Ultimately it is believed that by considering all three of these data points, a pastiche made from The Scream will more accurately replicate the style of Edvard Munch.
So yes, these are lofty goals and I am getting ahead of myself. First I need to collect as much brushstroke data as possible and I leave you now to return to that pursuit.
Lost in Abstraction - Style Transfer and the State of the Art in Generative Imaging
Seeing lots of really cool filters on my friend's photos recently, especially from people using the prisma app. Below is an example of such a photo and one of the favorites that I have seen.
The filters being applied to these photos are obviously a lot more than adjusting levels and contrast, but what exactly are they? While I can not say for sure what prisma is using, a recently released research paper by Google scientists gives a lot of insight into what may be happening.
The paper, titled A Learned Representation for Artistic Style and written by Vincent Dumoulin, Jonatha Shlens, and Manjunath Kudlar of Google Brain, details the work of multiple research teams in the quest to achieve the perfect pastiche. No worries if you don't know what a pastiche is, I didn't either until I read the paper. Well I knew what one was, I just didn't know what they were called. So a pastiche is an image where an artist tries to represent something in the style of another artist. Here are several examples that the researchers provide.
In the above image you can see how the researchers have attempted to render three photographs in the style of Lichtenstein, Rouaul, Monet, Munch, and Van Gogh. The effects are pretty dramatic. Each pastiche looks remarkably like both source images. One of the coolest things about the research paper is that it contains the detailed replicate-able process so that you too can create your own pastiche producing software.
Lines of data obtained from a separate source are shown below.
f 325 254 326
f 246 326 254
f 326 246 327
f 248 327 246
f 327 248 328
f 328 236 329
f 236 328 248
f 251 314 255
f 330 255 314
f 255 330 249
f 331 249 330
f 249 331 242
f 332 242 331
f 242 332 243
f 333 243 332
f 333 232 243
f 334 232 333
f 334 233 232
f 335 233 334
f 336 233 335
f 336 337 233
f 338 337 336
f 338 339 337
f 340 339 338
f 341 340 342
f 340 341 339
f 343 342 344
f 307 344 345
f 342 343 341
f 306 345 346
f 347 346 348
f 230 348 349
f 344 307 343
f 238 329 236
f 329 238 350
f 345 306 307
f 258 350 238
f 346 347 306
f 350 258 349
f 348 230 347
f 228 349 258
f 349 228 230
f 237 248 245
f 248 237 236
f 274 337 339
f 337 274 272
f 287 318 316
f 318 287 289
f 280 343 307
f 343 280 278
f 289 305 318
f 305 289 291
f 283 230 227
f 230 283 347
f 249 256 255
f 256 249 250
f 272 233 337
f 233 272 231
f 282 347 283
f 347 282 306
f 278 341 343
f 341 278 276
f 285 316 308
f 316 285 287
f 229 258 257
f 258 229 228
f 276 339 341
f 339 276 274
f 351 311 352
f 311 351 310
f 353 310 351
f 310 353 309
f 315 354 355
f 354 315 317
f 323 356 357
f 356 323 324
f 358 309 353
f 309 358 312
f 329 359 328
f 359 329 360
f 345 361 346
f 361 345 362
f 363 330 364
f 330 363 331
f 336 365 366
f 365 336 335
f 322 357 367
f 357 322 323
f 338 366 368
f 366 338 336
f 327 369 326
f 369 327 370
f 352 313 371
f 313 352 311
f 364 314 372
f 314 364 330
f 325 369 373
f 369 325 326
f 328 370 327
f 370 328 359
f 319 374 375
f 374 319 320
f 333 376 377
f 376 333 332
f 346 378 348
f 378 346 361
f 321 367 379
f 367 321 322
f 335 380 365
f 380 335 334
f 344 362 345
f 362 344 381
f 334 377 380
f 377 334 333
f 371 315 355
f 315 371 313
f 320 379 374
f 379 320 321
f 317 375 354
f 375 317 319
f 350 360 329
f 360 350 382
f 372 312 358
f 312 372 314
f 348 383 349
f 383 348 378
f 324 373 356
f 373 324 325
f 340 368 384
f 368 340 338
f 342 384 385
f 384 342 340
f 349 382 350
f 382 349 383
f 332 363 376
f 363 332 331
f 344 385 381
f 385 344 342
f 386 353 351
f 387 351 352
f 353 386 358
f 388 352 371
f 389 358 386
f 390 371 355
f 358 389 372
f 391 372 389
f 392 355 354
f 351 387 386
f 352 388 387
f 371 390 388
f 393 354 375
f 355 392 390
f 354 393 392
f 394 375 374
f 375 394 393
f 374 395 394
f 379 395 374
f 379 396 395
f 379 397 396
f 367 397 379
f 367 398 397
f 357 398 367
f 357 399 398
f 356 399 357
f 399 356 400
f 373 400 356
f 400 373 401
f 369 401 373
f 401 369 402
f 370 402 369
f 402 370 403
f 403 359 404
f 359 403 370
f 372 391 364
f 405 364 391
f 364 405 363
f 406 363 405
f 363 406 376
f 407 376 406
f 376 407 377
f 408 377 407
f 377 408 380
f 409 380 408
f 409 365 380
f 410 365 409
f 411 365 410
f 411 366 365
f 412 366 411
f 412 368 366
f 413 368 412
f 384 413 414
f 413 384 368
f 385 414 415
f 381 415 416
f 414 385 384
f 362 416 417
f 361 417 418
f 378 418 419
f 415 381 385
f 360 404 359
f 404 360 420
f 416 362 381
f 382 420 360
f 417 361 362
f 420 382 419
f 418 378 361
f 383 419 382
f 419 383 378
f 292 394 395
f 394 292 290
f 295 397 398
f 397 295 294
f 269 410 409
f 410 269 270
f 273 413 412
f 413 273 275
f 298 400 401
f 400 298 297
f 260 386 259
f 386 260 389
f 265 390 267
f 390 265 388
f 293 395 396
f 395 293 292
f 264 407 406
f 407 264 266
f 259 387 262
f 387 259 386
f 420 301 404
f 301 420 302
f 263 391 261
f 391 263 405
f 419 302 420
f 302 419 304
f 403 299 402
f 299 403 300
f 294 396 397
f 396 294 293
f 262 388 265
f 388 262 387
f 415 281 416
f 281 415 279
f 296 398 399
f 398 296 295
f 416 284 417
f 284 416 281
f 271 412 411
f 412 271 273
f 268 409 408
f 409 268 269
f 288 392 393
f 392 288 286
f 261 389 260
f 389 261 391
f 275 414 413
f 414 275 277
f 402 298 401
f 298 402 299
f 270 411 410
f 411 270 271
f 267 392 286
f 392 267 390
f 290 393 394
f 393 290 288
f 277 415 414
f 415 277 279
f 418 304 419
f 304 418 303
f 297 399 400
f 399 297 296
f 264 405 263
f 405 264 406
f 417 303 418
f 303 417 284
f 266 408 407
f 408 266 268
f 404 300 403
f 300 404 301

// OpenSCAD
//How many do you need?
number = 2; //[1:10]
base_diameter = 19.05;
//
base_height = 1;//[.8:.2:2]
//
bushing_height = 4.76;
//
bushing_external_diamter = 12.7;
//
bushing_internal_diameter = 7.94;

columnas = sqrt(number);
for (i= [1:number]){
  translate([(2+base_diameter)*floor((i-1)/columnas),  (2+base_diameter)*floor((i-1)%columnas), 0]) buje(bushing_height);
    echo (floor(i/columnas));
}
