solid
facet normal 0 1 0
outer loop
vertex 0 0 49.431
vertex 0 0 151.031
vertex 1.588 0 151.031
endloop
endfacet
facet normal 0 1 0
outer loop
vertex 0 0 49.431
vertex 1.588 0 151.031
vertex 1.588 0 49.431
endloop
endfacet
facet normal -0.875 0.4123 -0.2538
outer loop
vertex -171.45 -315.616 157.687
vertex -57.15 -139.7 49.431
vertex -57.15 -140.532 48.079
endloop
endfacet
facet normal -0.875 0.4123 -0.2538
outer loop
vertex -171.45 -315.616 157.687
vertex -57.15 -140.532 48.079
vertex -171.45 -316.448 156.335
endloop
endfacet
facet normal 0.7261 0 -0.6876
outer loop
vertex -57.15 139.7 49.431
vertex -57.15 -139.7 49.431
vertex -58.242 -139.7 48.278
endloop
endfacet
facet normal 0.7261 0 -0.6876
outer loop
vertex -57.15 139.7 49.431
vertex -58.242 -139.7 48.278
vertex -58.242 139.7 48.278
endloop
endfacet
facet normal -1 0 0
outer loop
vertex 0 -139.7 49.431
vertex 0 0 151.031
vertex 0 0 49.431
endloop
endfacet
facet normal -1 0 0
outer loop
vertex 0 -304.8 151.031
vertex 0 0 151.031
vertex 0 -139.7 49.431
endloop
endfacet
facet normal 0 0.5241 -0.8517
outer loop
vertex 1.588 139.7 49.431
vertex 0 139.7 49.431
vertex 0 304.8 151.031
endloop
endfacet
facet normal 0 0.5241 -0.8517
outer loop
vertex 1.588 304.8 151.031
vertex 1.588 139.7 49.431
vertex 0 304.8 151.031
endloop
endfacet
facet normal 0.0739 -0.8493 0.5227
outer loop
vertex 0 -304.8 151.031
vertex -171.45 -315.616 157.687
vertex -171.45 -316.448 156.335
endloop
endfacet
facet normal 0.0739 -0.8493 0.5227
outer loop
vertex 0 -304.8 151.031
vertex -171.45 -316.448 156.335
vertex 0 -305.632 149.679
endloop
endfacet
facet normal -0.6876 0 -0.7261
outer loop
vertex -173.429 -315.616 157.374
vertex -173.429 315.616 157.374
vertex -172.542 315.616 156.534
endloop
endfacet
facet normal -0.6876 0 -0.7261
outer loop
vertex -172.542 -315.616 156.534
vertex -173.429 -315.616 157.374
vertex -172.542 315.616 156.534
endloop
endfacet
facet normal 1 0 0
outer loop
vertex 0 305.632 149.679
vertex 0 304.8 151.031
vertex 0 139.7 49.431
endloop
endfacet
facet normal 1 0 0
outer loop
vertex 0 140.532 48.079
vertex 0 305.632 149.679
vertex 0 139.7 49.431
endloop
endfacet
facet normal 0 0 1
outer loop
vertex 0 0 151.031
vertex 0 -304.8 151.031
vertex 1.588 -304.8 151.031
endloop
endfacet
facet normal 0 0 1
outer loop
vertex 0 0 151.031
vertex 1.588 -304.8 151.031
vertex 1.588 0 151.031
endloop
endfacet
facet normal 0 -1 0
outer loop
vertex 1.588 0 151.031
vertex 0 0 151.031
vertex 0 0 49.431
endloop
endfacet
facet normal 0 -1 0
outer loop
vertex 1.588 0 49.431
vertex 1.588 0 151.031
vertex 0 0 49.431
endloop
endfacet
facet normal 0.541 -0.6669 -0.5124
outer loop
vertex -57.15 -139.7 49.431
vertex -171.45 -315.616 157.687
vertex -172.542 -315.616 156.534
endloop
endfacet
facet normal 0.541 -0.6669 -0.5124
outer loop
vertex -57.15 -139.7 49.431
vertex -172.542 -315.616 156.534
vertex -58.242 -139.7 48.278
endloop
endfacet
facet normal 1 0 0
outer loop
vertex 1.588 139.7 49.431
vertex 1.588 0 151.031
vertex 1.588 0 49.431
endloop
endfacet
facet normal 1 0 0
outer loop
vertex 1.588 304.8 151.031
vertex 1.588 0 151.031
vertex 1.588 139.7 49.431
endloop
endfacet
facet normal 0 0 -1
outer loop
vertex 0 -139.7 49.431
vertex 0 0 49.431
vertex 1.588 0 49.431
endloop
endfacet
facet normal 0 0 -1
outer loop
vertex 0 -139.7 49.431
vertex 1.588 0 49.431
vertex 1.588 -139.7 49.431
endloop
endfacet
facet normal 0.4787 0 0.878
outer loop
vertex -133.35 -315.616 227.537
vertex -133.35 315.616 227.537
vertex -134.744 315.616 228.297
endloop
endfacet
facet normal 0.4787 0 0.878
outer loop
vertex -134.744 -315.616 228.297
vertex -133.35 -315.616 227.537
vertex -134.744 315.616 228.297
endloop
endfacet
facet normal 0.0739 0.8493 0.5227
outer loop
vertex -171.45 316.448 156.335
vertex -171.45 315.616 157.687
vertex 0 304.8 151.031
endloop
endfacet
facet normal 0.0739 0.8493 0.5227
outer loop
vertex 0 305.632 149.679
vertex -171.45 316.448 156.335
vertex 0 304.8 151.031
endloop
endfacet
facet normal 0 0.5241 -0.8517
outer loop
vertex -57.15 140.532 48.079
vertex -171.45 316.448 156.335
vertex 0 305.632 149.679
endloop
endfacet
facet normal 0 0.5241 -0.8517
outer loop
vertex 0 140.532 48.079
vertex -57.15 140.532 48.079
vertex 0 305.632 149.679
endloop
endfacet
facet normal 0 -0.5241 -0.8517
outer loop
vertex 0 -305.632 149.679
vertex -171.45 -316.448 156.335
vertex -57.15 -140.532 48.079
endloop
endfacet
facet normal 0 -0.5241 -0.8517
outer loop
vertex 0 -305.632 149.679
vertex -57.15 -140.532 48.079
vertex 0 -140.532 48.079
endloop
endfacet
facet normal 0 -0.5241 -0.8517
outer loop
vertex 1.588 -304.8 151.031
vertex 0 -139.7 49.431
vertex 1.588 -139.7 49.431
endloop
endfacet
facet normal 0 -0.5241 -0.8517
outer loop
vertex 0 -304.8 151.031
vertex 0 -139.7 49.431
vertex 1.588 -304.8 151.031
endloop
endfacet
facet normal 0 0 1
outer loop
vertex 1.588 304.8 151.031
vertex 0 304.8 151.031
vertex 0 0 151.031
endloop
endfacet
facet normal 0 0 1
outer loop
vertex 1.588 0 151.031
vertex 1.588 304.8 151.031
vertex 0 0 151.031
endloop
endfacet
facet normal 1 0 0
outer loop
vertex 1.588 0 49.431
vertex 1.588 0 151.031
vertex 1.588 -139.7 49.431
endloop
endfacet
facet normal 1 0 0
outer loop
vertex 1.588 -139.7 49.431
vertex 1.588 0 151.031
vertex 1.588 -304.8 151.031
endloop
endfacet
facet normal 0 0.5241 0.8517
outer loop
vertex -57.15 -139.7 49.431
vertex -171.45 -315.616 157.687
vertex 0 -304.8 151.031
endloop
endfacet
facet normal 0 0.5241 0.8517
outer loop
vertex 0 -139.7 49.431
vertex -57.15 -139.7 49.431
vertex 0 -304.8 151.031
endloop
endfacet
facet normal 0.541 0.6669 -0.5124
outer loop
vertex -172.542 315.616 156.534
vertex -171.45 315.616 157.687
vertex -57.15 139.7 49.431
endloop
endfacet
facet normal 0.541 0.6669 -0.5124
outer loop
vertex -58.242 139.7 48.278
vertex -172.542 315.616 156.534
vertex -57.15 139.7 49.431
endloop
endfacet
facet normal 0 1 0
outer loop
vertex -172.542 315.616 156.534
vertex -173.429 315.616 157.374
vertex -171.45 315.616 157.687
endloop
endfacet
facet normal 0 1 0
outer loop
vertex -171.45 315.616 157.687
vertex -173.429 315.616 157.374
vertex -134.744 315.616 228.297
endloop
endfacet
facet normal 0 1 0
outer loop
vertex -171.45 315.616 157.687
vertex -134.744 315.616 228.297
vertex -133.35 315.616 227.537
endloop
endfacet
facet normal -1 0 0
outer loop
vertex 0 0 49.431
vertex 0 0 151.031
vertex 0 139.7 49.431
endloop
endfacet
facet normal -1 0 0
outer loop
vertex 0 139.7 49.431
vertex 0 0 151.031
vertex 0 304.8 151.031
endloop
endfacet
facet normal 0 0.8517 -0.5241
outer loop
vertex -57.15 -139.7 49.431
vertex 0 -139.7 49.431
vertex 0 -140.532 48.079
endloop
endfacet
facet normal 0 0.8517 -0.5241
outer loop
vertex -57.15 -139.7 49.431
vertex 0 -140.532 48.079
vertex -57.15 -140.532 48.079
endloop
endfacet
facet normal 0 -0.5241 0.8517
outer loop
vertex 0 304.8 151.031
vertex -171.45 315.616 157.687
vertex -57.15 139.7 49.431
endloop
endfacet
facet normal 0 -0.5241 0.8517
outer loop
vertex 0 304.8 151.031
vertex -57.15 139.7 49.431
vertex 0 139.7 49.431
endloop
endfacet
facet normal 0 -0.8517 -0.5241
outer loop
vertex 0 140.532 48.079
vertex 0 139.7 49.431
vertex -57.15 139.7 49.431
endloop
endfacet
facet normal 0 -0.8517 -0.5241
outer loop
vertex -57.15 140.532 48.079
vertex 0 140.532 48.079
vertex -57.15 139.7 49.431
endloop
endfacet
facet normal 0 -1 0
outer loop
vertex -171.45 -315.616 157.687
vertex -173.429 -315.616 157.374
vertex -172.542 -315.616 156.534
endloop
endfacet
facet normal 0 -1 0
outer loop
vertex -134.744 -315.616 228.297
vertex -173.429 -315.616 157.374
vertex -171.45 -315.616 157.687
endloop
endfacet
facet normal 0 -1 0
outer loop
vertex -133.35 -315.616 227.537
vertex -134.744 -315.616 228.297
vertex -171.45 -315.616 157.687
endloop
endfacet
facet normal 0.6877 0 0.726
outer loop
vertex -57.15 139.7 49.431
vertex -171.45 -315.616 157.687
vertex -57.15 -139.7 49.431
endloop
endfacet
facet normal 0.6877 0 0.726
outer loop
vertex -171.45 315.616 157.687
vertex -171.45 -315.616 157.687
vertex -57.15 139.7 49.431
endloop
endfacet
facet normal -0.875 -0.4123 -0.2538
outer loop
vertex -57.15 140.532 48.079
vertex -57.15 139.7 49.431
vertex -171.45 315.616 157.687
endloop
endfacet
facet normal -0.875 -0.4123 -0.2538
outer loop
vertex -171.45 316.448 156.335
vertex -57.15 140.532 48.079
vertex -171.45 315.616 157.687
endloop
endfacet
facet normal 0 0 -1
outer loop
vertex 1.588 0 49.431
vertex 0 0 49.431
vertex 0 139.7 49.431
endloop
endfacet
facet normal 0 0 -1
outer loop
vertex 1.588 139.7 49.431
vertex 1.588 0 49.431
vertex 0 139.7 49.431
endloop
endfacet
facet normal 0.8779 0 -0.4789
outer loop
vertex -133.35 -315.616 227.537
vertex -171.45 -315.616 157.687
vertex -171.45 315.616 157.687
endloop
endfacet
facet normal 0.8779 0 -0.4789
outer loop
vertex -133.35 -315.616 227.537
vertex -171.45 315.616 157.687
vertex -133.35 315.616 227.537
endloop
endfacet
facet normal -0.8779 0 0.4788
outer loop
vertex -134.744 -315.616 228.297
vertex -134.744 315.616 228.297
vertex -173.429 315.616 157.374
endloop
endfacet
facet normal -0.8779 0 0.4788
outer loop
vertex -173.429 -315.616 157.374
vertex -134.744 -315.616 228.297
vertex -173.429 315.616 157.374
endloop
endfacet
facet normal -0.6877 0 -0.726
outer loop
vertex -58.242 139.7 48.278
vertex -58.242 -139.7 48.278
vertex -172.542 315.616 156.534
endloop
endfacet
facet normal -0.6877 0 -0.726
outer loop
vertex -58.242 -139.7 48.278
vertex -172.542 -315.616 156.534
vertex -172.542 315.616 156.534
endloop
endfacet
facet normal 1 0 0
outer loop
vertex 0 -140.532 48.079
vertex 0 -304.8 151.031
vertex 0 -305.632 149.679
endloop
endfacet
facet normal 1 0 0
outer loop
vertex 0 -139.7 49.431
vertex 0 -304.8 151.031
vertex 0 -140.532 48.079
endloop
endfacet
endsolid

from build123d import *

# Parameters (mm, degrees)
F1_DEPTH = 1.5875
F3_DEPTH = 1.5875
F7_DEPTH = 1.5875
F9_DEPTH = 315.6160606221


with BuildPart() as f1:
    # F0 (on Right) → F1 (new body)
    with BuildSketch(Plane.YZ):
        Polygon((139.7, 49.4305624351), (304.8, 151.0305624351), (0, 151.0305624351), (0, 49.4305624351), align=None)
    extrude(amount=F1_DEPTH)


with BuildPart() as f3:
    # F2 (on face) → F3 (new body)
    with BuildSketch(Plane(origin=(0, 16.3091051792, -26.5022959161), x_dir=(1, 0, 0), z_dir=(0, 0.5240974257, -0.8516583167))):
        Polygon((0, -338.7401839004), (0, -144.883097365), (-57.15, -144.883097365), (-171.45, -351.4401839004), align=None)
    extrude(amount=F3_DEPTH)



with BuildPart() as f7:
    # F6 (on 3pt) → F7 (new body)
    with BuildSketch(Plane(origin=(-2.345266266, 0, -2.4762030911), x_dir=(0.7260420263, 0, -0.6876503297), z_dir=(-0.6876503297, 0, -0.7260420263))):
        Polygon((-75.484244363, -139.7), (-75.484244363, 0), (-232.9131477231, 0), (-232.9131477231, -315.6160606221), align=None)
    extrude(amount=F7_DEPTH)


with BuildPart() as f3_1:
    add(f3.part)

    add(f7.part)  # F9 merges F7
    # F8 (on face) → F9 (join)
    with BuildSketch(Plane.XZ):
        Polygon((-173.4287163172, 157.3741728239), (-172.5416448985, 156.5340080243), (-171.45, 157.6865997411), (-133.35, 227.5365997411), (-134.743659222, 228.2967774985), align=None)
    extrude(amount=-F9_DEPTH)

    # F10: F3, F1 across plane


with BuildPart() as f3_2:
    add(f3_1.part)
    add(f3_1.part.mirror(Plane.XZ))
    add(f1.part.mirror(Plane.XZ))


solid = Compound([f1.part, f3_2.part])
While photo editing apps like prisma seam to be doing a little more than just a single pastiche, my gut tells me that this process or something similar is behind much of what they are doing and how they are doing it so well.
So looking at the artificial creativity behind these pastiches, I like to ponder the bigger question. How close are we to a digital artist? I always ask this 'cause that is what I am trying to create.
Well, as cool and cutting edge as these pastiches are, they are still just filters of photos. And even though this is the state of the art coming out of Google Brain, they are not even true pastiches yet. While they do a good job of transferring color and texture, they don't really capture the style of the artist. You wouldn't look at any of the pastiches in the second column above and think that Lichtenstein actually did them. They share color, contrast, and texture, but thats about it. Or look more closely at these pastiches made from Edvard Munch's The Scream (top left).
While the colors and textures of the imitative works are spot on, the Golden Gate Bridge looks nothing like the abstracted bridge in The Scream. Furthermore, the two portraits have none of the distortion found in the face of the central figure of the painting. These will only be true pastiches when these abstract elements are captured alongside the color, texture, and contrast. The style and process behind producing these pastiches seam to be getting lost in the abstraction layer.
How do we imitate abstraction. No one knows yet, but there are a lot of us working on the problem and as of November 1, 2016 this is some of the best work being done on the problem.